> _GOAL OF THE EXERCISE_
When the string "from" appears in a line of the records, show the whole line.

• • • • • • •

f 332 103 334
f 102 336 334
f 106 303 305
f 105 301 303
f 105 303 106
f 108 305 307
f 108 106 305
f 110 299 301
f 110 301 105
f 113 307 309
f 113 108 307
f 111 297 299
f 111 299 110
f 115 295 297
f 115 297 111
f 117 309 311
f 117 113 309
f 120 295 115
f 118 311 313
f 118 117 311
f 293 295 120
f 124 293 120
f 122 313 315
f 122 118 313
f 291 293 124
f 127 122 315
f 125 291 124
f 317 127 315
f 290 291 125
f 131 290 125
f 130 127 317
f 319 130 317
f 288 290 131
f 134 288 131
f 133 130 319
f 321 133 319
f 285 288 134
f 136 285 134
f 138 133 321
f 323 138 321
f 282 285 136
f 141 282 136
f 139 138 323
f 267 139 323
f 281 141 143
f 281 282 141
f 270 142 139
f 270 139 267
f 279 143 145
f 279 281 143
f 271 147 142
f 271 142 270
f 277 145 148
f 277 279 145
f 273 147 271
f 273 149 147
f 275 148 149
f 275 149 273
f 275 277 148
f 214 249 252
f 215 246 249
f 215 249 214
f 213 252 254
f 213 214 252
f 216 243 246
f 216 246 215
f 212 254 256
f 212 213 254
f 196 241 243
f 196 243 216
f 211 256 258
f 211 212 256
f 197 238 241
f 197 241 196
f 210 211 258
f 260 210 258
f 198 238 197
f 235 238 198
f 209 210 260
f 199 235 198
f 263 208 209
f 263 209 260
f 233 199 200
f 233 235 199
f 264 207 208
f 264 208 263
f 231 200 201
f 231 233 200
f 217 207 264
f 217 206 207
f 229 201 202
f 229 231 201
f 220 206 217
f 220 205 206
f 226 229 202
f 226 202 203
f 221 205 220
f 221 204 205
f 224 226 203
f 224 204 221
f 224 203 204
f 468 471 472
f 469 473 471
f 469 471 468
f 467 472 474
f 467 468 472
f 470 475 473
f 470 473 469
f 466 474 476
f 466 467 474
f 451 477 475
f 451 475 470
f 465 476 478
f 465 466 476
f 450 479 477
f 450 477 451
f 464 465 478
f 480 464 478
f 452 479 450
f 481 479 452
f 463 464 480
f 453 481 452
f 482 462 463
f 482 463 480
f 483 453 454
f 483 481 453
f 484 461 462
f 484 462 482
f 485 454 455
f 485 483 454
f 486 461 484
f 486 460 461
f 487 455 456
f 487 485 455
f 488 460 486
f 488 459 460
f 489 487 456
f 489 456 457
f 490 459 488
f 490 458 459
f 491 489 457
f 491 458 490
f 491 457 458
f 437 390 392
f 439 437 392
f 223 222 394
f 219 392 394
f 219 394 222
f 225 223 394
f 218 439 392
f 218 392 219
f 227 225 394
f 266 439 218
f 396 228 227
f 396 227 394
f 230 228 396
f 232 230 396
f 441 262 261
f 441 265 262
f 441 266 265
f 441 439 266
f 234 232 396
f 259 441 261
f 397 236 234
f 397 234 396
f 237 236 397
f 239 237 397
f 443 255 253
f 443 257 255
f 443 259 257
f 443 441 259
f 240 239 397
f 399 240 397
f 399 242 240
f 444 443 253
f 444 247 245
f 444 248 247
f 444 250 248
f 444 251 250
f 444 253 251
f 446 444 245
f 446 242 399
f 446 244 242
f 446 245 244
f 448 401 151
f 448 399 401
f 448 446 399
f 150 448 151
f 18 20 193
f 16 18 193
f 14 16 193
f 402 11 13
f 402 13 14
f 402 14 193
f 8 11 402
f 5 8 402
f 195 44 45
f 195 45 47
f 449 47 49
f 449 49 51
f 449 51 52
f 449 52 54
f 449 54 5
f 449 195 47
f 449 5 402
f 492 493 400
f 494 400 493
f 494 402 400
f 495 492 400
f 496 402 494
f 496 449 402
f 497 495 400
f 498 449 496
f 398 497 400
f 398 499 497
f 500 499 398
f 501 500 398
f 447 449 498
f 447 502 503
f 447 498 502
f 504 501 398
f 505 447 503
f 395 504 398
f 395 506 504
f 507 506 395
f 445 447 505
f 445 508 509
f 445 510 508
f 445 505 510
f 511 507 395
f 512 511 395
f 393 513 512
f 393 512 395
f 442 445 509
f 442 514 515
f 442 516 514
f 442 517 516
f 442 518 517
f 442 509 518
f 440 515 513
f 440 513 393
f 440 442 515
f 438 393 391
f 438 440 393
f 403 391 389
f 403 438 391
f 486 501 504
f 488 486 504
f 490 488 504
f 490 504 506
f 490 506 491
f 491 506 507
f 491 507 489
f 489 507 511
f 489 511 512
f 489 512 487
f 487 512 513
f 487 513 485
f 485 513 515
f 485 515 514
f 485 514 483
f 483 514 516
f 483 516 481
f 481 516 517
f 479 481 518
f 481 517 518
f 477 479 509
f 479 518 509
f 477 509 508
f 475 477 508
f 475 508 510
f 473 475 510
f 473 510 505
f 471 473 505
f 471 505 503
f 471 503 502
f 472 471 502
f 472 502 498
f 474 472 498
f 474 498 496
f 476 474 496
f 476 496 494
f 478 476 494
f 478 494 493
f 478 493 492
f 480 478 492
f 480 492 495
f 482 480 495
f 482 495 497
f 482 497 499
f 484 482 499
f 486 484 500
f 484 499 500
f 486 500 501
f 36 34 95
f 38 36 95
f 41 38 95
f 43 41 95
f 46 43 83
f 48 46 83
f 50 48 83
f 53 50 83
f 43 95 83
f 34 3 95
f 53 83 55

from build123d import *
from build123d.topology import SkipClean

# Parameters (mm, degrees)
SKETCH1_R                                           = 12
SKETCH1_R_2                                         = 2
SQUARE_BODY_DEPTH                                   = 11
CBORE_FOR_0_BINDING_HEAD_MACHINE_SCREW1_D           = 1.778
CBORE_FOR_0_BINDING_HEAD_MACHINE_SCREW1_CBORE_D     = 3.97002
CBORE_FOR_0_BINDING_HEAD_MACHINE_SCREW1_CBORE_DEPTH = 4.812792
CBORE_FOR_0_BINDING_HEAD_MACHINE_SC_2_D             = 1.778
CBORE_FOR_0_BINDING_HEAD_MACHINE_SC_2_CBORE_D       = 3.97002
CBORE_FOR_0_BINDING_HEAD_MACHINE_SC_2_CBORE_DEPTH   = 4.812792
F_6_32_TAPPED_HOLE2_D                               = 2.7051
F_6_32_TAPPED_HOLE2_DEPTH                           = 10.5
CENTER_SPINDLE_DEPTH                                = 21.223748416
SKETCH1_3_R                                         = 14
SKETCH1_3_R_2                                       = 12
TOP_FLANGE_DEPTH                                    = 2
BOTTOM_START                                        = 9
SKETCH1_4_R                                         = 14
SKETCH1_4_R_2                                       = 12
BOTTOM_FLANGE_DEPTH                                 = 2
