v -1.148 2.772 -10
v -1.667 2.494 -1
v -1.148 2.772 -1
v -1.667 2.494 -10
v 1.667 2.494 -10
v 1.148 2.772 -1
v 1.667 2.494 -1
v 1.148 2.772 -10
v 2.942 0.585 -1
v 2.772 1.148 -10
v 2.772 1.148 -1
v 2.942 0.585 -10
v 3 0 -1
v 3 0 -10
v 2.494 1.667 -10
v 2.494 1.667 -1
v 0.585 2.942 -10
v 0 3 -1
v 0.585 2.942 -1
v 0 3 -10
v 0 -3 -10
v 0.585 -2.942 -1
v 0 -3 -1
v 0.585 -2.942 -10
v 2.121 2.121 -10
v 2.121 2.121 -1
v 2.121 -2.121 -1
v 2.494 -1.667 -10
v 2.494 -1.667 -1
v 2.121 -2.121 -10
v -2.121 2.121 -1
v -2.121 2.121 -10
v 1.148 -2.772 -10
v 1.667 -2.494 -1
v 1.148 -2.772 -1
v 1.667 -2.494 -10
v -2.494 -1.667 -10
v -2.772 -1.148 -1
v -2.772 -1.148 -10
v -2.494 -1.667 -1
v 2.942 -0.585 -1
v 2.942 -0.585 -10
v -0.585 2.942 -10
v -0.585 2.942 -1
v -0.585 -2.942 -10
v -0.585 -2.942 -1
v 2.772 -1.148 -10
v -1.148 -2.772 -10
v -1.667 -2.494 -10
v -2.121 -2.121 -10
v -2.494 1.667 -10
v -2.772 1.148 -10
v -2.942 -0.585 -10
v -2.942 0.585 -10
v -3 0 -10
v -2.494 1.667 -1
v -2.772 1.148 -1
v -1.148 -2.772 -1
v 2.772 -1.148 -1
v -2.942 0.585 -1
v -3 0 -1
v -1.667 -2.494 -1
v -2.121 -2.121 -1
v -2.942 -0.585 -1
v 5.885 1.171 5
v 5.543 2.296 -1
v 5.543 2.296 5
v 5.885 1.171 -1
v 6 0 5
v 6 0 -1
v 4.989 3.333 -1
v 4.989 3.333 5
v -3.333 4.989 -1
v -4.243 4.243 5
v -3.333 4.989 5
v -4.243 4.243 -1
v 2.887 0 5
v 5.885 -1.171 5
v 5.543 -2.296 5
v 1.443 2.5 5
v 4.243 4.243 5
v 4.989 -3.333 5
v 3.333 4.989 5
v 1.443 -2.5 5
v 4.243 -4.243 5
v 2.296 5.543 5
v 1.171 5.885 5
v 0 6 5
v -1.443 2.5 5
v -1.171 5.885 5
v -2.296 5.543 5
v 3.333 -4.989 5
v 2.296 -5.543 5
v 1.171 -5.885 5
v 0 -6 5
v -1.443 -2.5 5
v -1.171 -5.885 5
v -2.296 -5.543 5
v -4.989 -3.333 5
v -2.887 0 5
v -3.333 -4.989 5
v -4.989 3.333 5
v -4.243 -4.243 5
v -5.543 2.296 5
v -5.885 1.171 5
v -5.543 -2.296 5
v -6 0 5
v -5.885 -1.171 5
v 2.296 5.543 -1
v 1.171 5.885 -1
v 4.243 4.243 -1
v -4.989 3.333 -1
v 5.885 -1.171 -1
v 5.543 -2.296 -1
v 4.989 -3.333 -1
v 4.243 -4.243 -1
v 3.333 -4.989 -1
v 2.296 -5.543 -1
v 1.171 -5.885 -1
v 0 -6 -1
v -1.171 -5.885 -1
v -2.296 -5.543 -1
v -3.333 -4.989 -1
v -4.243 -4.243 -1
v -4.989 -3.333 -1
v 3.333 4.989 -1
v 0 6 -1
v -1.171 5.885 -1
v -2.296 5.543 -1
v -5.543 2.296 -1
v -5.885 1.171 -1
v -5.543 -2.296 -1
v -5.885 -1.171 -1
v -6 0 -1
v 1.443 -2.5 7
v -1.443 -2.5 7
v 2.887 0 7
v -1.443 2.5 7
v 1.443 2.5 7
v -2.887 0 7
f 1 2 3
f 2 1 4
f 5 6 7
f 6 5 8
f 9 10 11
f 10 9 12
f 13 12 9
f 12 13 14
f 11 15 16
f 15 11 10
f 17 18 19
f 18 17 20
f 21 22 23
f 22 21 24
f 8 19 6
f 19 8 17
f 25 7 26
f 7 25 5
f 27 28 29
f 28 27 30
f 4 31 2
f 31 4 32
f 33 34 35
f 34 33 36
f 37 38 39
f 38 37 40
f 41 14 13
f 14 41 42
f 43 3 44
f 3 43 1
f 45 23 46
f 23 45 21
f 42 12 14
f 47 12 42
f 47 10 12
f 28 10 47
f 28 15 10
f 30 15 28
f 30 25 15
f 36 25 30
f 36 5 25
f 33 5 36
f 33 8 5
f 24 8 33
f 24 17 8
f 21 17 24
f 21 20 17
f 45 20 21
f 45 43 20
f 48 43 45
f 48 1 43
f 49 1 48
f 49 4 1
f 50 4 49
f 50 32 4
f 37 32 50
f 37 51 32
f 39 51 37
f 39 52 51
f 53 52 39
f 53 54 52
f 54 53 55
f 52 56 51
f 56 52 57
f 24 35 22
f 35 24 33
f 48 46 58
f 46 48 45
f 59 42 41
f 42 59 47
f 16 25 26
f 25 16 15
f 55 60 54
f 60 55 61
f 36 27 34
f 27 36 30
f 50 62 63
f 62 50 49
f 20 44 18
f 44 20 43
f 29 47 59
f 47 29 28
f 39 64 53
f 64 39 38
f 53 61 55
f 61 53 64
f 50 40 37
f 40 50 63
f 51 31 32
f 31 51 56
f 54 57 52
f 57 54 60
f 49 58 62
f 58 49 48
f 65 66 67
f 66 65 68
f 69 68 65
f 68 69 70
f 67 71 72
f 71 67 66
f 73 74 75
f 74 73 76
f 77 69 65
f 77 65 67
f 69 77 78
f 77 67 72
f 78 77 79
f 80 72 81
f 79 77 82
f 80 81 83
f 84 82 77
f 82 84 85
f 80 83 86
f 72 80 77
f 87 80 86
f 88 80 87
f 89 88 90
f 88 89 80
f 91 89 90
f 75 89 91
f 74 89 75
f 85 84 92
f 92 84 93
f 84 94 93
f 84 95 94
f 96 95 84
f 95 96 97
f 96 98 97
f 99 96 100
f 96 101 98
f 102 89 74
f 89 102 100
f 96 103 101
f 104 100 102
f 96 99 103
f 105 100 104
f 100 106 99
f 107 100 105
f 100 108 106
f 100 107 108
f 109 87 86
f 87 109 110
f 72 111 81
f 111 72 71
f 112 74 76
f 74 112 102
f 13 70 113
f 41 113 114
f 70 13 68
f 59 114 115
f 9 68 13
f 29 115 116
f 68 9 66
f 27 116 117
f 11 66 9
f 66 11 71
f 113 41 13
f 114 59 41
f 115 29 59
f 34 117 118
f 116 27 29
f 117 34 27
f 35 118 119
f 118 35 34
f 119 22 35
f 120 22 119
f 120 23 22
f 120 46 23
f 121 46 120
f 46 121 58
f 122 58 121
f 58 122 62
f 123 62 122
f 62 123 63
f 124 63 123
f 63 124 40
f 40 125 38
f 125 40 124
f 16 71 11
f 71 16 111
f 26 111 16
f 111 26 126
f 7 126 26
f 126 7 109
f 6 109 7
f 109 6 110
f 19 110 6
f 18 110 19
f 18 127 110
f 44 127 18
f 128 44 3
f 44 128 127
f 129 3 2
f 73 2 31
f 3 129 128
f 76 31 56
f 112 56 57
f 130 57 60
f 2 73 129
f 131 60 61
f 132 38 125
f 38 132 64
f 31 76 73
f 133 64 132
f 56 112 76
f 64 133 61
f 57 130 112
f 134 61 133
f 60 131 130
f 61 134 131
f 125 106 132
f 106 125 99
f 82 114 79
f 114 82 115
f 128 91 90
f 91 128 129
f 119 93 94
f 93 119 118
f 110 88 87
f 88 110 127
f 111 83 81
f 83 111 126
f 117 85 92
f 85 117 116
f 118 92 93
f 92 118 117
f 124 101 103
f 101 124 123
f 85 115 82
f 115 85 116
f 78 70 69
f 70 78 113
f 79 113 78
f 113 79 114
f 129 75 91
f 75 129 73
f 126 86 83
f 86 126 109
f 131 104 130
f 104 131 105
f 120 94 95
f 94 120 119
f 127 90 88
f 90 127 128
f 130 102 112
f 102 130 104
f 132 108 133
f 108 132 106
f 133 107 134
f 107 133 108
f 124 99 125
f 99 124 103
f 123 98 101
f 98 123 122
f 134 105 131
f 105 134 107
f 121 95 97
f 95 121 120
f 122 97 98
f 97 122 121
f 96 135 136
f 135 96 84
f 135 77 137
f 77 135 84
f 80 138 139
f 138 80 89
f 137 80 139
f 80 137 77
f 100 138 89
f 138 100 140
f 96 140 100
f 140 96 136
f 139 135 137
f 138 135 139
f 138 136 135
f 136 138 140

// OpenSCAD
// Parameters
shank_diameter = 6; //[3:12:0.1]
head_diameter = 12; //[6:24:0.1]
length = 10; //[5:20:0.1]
head_height = 6; //[3:12:0.1]
socket_af = 5; //[2.5:10:0.1]
socket_depth = 4; //[2:8:0.1]
thread_length = 10; //[5:20:0.1]
thread_minor_diameter = 5.2; //[2.6:10.4:0.1]
washer_outer_diameter = 12; //[6:24:0.1]
washer_thickness = 1.5; //[0.8:3:0.1]
washer_hole_diameter = 6.5; //[3.5:13:0.1]
overlap = 1; //[0.5:2:0.1]

// Screw and Washer - complete geometry
module screw_and_washer() {
  color("DimGray") {
    // Screw Body with Thread
    union() {
      translate([0, 0, -length/2])
        cylinder(h=length, r=shank_diameter/2, center=true, $fn=32);
      translate([0, 0, -thread_length/2])
        cylinder(h=thread_length, r=thread_minor_diameter/2, center=true, $fn=32);
    }
    
    // Cylindrical Head
    translate([0, 0, head_height/2 - overlap])
      cylinder(h=head_height, r=head_diameter/2, center=true, $fn=32);
    
    // Hex Socket Recess
    difference() {
      translate([0, 0, head_height - socket_depth/2])
        cylinder(h=socket_depth + 2*overlap, r=socket_af/(2*cos(30)), center=true, $fn=6);
    }
  }
  
  // Washer
  color("Silver") {
    difference() {
      translate([0, 0, -washer_thickness/2 + overlap])
        cylinder(h=washer_thickness, r=washer_outer_diameter/2, center=true, $fn=32);
      translate([0, 0, -washer_thickness/2 + overlap])
        cylinder(h=washer_thickness + 2*overlap, r=washer_hole_diameter/2, center=true, $fn=32);
    }
  }
}

// Assembly
module assembly() {
  screw_and_washer();
}

assembly();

• • • • • • •

> _EXERCISE RESPONSE_
from build123d import *
from build123d.topology import SkipClean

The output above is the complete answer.